# Knife's Edge,Katahdin



## bart (Dec 28, 2011)

I am planning on hiking this trail in mid-July.  Any feedback, experiences, essentials, etc. regarding this hike would be greatly appreciated.  What conditions are likely at that time of year. I realize things can change in an instant. I'm just trying to prepare for any obstacles.  Looks crazy online. Thanks in advance.

Rob


----------



## thetrailboss (Dec 28, 2011)

Welcome to the boards!  As soon as you can, reserve a bunk at Chimney Pond.  It makes the summit ascent so much easier because you don't have the long approach from Roaring Brook.  It also gives you at least two chances to hike it because the Park Rangers will close the trail and prevent you from hiking if the weather/conditions are bad.  If it is raining, the trail is wet, it is windy, or there is poor visibility, they will advise you not to hike the KE and in that case your best route is the Saddle.  
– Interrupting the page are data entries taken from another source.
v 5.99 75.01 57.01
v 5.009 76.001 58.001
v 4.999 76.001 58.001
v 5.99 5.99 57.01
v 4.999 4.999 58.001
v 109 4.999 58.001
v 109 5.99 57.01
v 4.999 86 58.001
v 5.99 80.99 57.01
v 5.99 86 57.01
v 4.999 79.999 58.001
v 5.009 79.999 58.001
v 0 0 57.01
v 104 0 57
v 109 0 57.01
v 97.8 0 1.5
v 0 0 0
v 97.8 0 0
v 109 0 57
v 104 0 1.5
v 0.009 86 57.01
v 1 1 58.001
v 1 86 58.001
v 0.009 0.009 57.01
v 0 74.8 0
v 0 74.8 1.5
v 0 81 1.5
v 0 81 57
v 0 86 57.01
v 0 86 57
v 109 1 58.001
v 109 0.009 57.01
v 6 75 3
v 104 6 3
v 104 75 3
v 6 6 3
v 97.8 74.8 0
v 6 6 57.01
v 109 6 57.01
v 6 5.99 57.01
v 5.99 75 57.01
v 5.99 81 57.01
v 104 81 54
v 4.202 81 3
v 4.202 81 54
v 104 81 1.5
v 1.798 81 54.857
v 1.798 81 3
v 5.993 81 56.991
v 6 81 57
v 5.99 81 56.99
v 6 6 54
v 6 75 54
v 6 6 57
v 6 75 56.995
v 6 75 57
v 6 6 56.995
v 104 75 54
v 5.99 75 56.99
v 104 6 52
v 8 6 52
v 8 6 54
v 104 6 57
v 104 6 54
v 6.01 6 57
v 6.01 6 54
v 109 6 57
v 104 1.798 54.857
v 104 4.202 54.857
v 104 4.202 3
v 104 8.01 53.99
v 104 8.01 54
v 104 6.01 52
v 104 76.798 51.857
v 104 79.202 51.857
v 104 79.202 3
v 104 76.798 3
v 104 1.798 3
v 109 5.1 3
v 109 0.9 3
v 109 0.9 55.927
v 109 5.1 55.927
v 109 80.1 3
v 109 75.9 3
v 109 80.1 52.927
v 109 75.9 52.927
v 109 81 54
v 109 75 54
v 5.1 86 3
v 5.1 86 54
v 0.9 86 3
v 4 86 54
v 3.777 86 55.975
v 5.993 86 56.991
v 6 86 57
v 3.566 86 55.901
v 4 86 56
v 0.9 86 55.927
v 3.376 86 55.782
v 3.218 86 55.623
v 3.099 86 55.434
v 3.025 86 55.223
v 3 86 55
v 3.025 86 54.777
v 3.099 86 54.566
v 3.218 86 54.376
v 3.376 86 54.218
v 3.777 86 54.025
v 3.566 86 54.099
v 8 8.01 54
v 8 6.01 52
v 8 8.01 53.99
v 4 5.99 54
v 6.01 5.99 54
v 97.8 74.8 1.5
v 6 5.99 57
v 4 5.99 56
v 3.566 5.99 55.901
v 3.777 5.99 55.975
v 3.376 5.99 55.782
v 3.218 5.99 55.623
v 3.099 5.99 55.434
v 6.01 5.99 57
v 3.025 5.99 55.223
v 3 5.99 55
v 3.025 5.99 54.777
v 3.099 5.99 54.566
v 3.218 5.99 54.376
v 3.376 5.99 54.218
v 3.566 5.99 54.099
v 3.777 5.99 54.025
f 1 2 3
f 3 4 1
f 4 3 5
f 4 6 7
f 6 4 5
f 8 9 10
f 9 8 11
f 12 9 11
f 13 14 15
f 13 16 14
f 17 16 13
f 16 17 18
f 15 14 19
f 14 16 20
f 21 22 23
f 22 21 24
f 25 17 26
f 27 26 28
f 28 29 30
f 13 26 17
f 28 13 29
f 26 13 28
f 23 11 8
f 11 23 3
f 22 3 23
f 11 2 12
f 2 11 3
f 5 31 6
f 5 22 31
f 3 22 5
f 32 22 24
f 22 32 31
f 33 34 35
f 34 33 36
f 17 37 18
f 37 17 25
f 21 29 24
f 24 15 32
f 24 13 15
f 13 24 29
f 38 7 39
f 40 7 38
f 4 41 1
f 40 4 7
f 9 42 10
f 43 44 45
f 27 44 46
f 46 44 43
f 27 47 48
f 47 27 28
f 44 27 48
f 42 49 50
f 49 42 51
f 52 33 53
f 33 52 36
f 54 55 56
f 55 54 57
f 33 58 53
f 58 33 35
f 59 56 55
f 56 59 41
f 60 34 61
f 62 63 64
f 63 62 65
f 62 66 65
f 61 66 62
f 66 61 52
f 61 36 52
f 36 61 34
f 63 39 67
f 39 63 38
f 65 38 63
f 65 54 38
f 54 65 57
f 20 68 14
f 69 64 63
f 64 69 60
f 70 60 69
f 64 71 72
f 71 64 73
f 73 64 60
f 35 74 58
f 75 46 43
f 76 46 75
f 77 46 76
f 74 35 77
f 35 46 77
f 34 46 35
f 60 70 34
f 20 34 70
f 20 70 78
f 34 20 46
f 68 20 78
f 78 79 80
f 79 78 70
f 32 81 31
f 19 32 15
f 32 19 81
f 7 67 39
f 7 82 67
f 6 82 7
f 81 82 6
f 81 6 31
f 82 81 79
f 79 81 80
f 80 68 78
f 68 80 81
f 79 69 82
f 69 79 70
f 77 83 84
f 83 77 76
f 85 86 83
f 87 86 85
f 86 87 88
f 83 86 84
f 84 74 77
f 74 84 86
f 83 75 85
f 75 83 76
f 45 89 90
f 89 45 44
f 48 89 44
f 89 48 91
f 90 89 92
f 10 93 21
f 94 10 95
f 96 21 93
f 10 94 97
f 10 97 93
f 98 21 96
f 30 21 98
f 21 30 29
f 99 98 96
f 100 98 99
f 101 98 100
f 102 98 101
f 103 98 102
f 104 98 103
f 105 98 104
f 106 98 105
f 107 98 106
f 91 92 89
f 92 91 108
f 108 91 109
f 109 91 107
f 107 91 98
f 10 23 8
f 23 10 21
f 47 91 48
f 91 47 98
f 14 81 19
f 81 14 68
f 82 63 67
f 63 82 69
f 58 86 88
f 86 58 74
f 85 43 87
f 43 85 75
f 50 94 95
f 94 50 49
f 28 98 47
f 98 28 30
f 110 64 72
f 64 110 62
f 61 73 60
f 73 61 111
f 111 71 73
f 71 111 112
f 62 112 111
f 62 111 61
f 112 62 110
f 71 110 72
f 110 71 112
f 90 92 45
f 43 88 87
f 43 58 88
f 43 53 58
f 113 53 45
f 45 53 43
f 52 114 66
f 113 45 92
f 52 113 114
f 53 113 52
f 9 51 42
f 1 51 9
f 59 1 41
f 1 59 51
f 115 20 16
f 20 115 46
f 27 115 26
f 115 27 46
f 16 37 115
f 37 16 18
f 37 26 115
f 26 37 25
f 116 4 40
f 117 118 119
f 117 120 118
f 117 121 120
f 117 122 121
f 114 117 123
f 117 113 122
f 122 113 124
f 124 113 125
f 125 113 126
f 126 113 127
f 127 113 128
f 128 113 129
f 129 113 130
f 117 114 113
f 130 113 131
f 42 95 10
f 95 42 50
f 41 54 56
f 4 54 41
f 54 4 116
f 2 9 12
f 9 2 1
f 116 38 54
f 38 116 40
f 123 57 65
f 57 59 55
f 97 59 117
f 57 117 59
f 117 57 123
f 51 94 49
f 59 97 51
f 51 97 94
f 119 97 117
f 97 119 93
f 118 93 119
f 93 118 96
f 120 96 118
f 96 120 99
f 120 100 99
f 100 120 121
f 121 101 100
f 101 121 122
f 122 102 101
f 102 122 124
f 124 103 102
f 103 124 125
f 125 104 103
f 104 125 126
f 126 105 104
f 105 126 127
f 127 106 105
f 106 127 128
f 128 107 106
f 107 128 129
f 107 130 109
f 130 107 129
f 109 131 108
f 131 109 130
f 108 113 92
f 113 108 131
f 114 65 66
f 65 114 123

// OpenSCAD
// ============================================================================
// cutlery_box.scad
// Graduated 3-chamber disposable-cutlery box (Option 3) — CUT-FROM-SOLID port
// of build_box.py, for a 120 x 120 x 120 mm printer (AOSEED).
//
// WHY THIS PORT EXISTS (the whole point):
//   The hand-mesh generator (build_box.py) could not keep the 1 mm rim chamfer
//   continuous across the female dovetail joints, because where a slot's flared
//   corner crosses the sloped chamfer it needs a true boolean intersection.
//   OpenSCAD HAS that boolean kernel, so here we do exactly the "cut-from-solid"
//   thing:
//      1. Build the ENTIRE box as ONE solid, WITH the chamfer already on it.
//      2. difference() out vertical dovetail prisms ( /_\ cross-section ),
//         running from just above the base plate up THROUGH the rim, to both
//         (a) form the sliding-dovetail joints, and
//         (b) split the box into 6 bed-sized pieces.
//   Because the cut is a real boolean through the already-chamfered solid, the
//   sloped chamfer<->slot edge is produced for free => the rim chamfer stays
//   CONTINUOUS across every joint, with none of the sliver hacks.
//
// ----------------------------------------------------------------------------
// HOW TO USE
//   In the app:  set `part` below (or use the Customizer dropdown), F5 to
//                preview, F6 to render, then File > Export > STL.
//   One piece (CLI):
//      openscad -o body_knife_A.stl -D 'part="knife_A"' cutlery_box.scad
//   ALL SIX (bash, run from this folder):
//      for p in knife_A knife_B fork_A fork_B spoon_A spoon_B; do \
//        openscad -o "body_$p.stl" -D "part=\"$p\"" cutlery_box.scad ; done
//   PNG preview of one piece:
//      openscad -o knife_B.png --imgsize=1400,1000 --autocenter --viewall \
//        -D 'part="knife_B"' cutlery_box.scad
//
//   Pieces are modelled in ASSEMBLED coordinates (floor-down, z=0 is the bed),
//   so importing all six STLs together shows the assembled box directly; your
//   slicer will auto-drop each one onto the plate for printing.
//
// BED SANITY: every piece is <= 120 mm in X, Y, Z.
//   Z = 58 mm. Widest piece = spoon at 117 mm (Y). A-halves reach 109 mm (X,
//   including the protruding dovetail key). All under 120.
//
// !! I could NOT run OpenSCAD to verify this file (no binary in my sandbox) !!
//   - The rim chamfer is a SMOOTH, true-45 bevel built from hull() frustums of
//     convex rectangles. Works in every OpenSCAD since ~2015 (incl. Homebrew
//     2021.01). No stepped staircase -- and, crucially, it makes box() a clean
//     well-formed solid so the per-part booleans resolve reliably (the old
//     14-slice staircase was fragile and CGAL was dropping the walls of the
//     interior parts, leaving only the key prisms => "floating boxes").
//   - roof() is still available behind USE_ROOF=true for those who have it
//     (2021.01+ snapshots); for THIS rectangular design it is identical, so it
//     is NOT required.
//   - After F6, check the console for "WARNING"/"not a valid 2-manifold".
//     If a tenon ever looks detached, bump EPS to 0.05.
// ============================================================================


/* [Part to render / export] */
part = "knife_A"; // [knife_A, knife_B, fork_A, fork_B, spoon_A, spoon_B, assembly]

/* [Chamfer method] */
// false = smooth hull() frustum bevel (default, any OpenSCAD); true = roof() (2021.01+)
USE_ROOF = false;

/* [Heights (mm)] */
BASE   = 3.0;     // floor / base-plate thickness
COMP_H = 55.0;    // interior wall height above the floor (cutlery stack depth)

/* [Walls (mm)] */
HOST_T   = 6.0;     // thickness of every wall (thick enough to host a dovetail)
HALF_LEN = 104.0;   // printed length of each half (A = near, B = far); <120 incl. key

/* [Chamber bays (mm)] */
N_COL     = 3;       // columns of cutlery per chamber
KNIFE_COL = 23.0;    // -> knife bay 69  (3 x 19 mm knives + play)
FORK_COL  = 33.0;    // -> fork  bay 99  (3 x 29 mm forks  + play)
SPOON_COL = 37.0;    // -> spoon bay 111 (3 x 34 mm spoons + play, trimmed <120)

/* [Dovetail joint (mm)] */
DT_DEPTH = 5.0;   // tail protrusion past the seam (male key depth)
DT_NECK  = 1.2;   // half-width at the seam face (narrow)
DT_FLARE = 2.1;   // half-width at the tip (wide -> locks)
DT_CLR   = 0.4;   // FLANK/seam slide clearance added to the female socket (do not change for fit)
DT_DEPTH_RELIEF = 0.3; // extra depth on the socket BACK only, so the tail tip never bottoms out

/* [Hidden-dovetail top cap / "hat" (mm)] */
// The dovetail otherwise shows its trapezoid outline on the TOP edge of the wall.
// To hide it, the MALE piece extends the wall's full-width top (chamfer included)
// across the key footprint -> a flush, continuous top. The FEMALE piece gets a
// matching top RECESS (cap footprint + CAP_CLR) so the cap drops straight in.
// Result: the top reads as one surface with a single straight seam line at the cap
// tip; the dovetail joinery lives entirely below the cap.
//
// SELF-SUPPORTING UNDERSIDE: the cap reaches the FULL wall width at the chamfer base
// (so the top edge reads as the wall extended, with NO recessed sliver on the outer
// face), and its underside is ONE planar ramp from the chamfer's OUTER CORNER
// (half-width HOST_T/2 at z = BODY_H-CHAMFER) down to the dovetail-neck half-width
// (CAP_FOOT) at CAP_SLANT_DEG from horizontal. No little horizontal step. The ramp
// reaching full width exactly at the chamfer base means "ramp top" == "chamfer base"
// (CAP_H is DERIVED). The FEMALE recess is the same ramp + CAP_CLR play.
// TRADEOFF: because the cap runs all the way to the outer corner, the female wall
// tapers to ~0 at z = BODY_H-CHAMFER -> a thin feather edge at the joint (gradual at
// CAP_SLANT_DEG, hidden inside the joint when assembled). Accepted per design intent.
CAP_SLANT_DEG = 50;     // cap underside ramp angle from horizontal (50 = self-supporting, long flare)
CAP_FOOT = DT_NECK;     // cap-underside half-width where it meets the dovetail neck
CAP_CLR = 0.3;          // slide clearance so the male cap seats into the female top recess

/* [Rim chamfer (mm)] */
CHAMFER = 1.0;    // 45-deg comfort break broken along the top wall edges

/* [Base half-lap / anti-warp (mm)] */
// Neighbouring base plates overlap as a HORIZONTAL half-lap (shiplap) at mid-base
// height, so corners stay coplanar (no lift/protrusion). Horizontal lap faces do
// NOT bind the vertical-drop assembly. Shingle direction: A->B and knife->fork->spoon.
LAP_LEN = 6;        // overlap past the A/B seam and the knife/fork seam
LAP_LEN_FS = 2;     // overlap past the fork/SPOON seam -- SMALLER: spoon is the
                    // tightest piece (117mm of the 120mm bed); a 6mm lap there
                    // would push spoon to 123mm. 2mm keeps spoon at 119mm.
LAP_Z   = BASE/2;   // 1.5 -- horizontal split height of the lap (bottom vs top half)
LAP_CLR = 0.2;      // in-plane clearance so the shelf isn't a press fit

/* [Lid — box features that receive a flat ORDERED clear sheet] */
// The lid itself is NOT printed: it's a flat ~2 mm PETG/Tritan sheet, bullnose-polished
// edges (r=LID_EDGE_R), ordered to size. We only model the box features that receive it.
LID_T            = 2.0;   // ordered sheet thickness
LID_EDGE_R       = 1.0;   // ordered sheet bullnose edge radius (for the sheet order spec)
LID_PLAY         = 0.4;   // total vertical play in the hinge groove (sheet + this)
LID_RECESS       = 2.0;   // lid TOP sits this far BELOW the rim, so the journal pocket is fully
                          // capped (rim caps the bullnose -> retains the lid when raised; tilt-in)
HINGE_AT_MINUS_X = true;  // hinge on the -x (303mm) end wall; clip on +x. (flip = mirror; default delivered)
// perimeter support ledge (lid underside rests on it at z = BODY_H-LID_T)
LEDGE_W          = 2.0;   // ledge inward protrusion (its underside ramps back at 45 deg -> self-supporting)
GROOVE_END_INSET = 0.0;   // groove reaches the corners but RUNS OUT smoothly there (no end-face / no
                          // exposed bore); GROOVE_TAPER sets the run-out length
GROOVE_TAPER     = 4.0;   // y-length over which the eased mouth tapers out at each groove end
// hinge journal (cut into the inner face of the hinge end wall, CONTINUOUS along the long edge)
GROOVE_DEPTH     = 3.0;   // 2mm lead-in slot + 1mm pocket radius -> journal sits 2mm back from the
                          // face so its cap clears the swing relief and RETAINS the lid
GROOVE_POCKET_R  = 1.0;   // journal half-cylinder radius (the bullnose sheet edge rolls in it)
// clip latch — TWO light DETENT clips on the clip end wall, flanking a central finger notch.
// "Light detent" = small overhang so the rigid sheet pops past it by hand (not a firm lock).
CLIP_W           = 8.0;   // width of EACH of the two clips
CLIP_LIP         = 0.3;   // retaining overhang (light detent; 0.3 soft .. 0.6 firm-but-stiff)
CLIP_RAMP_H      = 1.6;   // cam-ramp height (press-to-close lead-in)
// finger notch — a through-cut in the clip wall (visible from outside), centered between the
// two clips, so a fingertip can reach the lid edge and lift it (popping both clips at once).
NOTCH_W          = 20.0;  // finger-notch width
NOTCH_DEPTH      = 6.0;   // how far down from the rim to the deepest point (past the lid edge)
NOTCH_ARCH       = 4.0;   // bottom is an ELLIPTICAL arch this tall; the rest is vertical sides
                          // (NOTCH_ARCH < NOTCH_W/2 -> a gentle arch, not a deep half-circle)


/* [Hidden] */
EPS      = 0.01;          // tiny overlap so abutting solids fuse cleanly in CGAL
// Upper-chamber pieces (fork, spoon) were cut by a cell plane laid EXACTLY on the
// divider wall's far face (the lower chamber owns that wall). intersection() along a
// plane coincident with an existing box face makes CGAL leave a ZERO-THICKNESS copy
// of the wall face -> edge-manifold + "watertight" but degenerate (OpenSCAD shows it
// as a blue back-face; Tinkercad thickens it into a phantom block). SEAM_EPS nudges
// those cut planes a hair INTO the open bay so they no longer coincide with any box
// face -> no flap. 0.02 mm is physically nothing but is well clear of CGAL's tolerance.
SEAM_EPS = 0.02;
CUT_OVER = 1.0;           // how far dovetail cutters overshoot the rim (clean cut)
Some pics from my stay at Chimney Pond and hike up Katahdin in 2008, compliments of my (now) wife.  We had an awesome time despite the bad weather for some of the week.  Baxter is simply amazing:










































Katahdin deserves respect.  Do some day hikes before you go up to get into shape.  It is rugged country and a long approach.


----------



## bart (Dec 28, 2011)

Thanks for the quick response. Amazing pics.  My buddy has hiked Katahdin several times, but has never done KE. He always camps at Moosehead so I think that's where I'll be staying. But thanks for your suggestions.

Anyone else?


----------



## David Metsky (Dec 28, 2011)

Here are some shots from this summer.  I was taking them to emphasize the drop, it's really not bad except in a few small places.











The toughest spot is climbing in and out of the Chimney.











Honestly, it's just a big hike.  The danger is stressed but a well prepared and calm hiker should have no problems in good weather.  Certainly, bad weather is not a time to be up there but you have ample time to turn around.  The key point is where are you staying in the park?  If you're not in the park you'll need to arrive at the gate by 5:00 to make sure you get a parking spot at Roaring Brook.

 -dave-


----------



## bart (Dec 28, 2011)

Dave, thank you for posting pics of the drop. I wanted to get a sense of what the worst of it was and those are some great shots. I'm really going to train hard for this hike during the next 6 months. I don't want to roll an ankle or blow out a knee(I've torn my right ACL and MCL in the past). We are camping at Moosehead Lake(hopefully) and will get up by 3:30am to have breakfast then leave soon after for the trail head.


----------



## David Metsky (Dec 28, 2011)

Like I said, it's just a long day hike with some lovely terrain.  Don't psyche yourself out for it, that will probably stress you out more than necessary.  Just get on the trail early and keep hiking.  Carry enough water and the necessary gear, but don't overload your pack.  It's not something that I'd train specifically for. I don't think training is going to make it less likely that you'll roll and ankle or blow out a knee.


----------



## princesslenorastone (Dec 28, 2011)

great hike. do it.


----------



## bigbog (Dec 29, 2011)

Realize it's ~40mi(my guess) to the Park access road from the NE tip of Moosehead...~50mi from Greenville.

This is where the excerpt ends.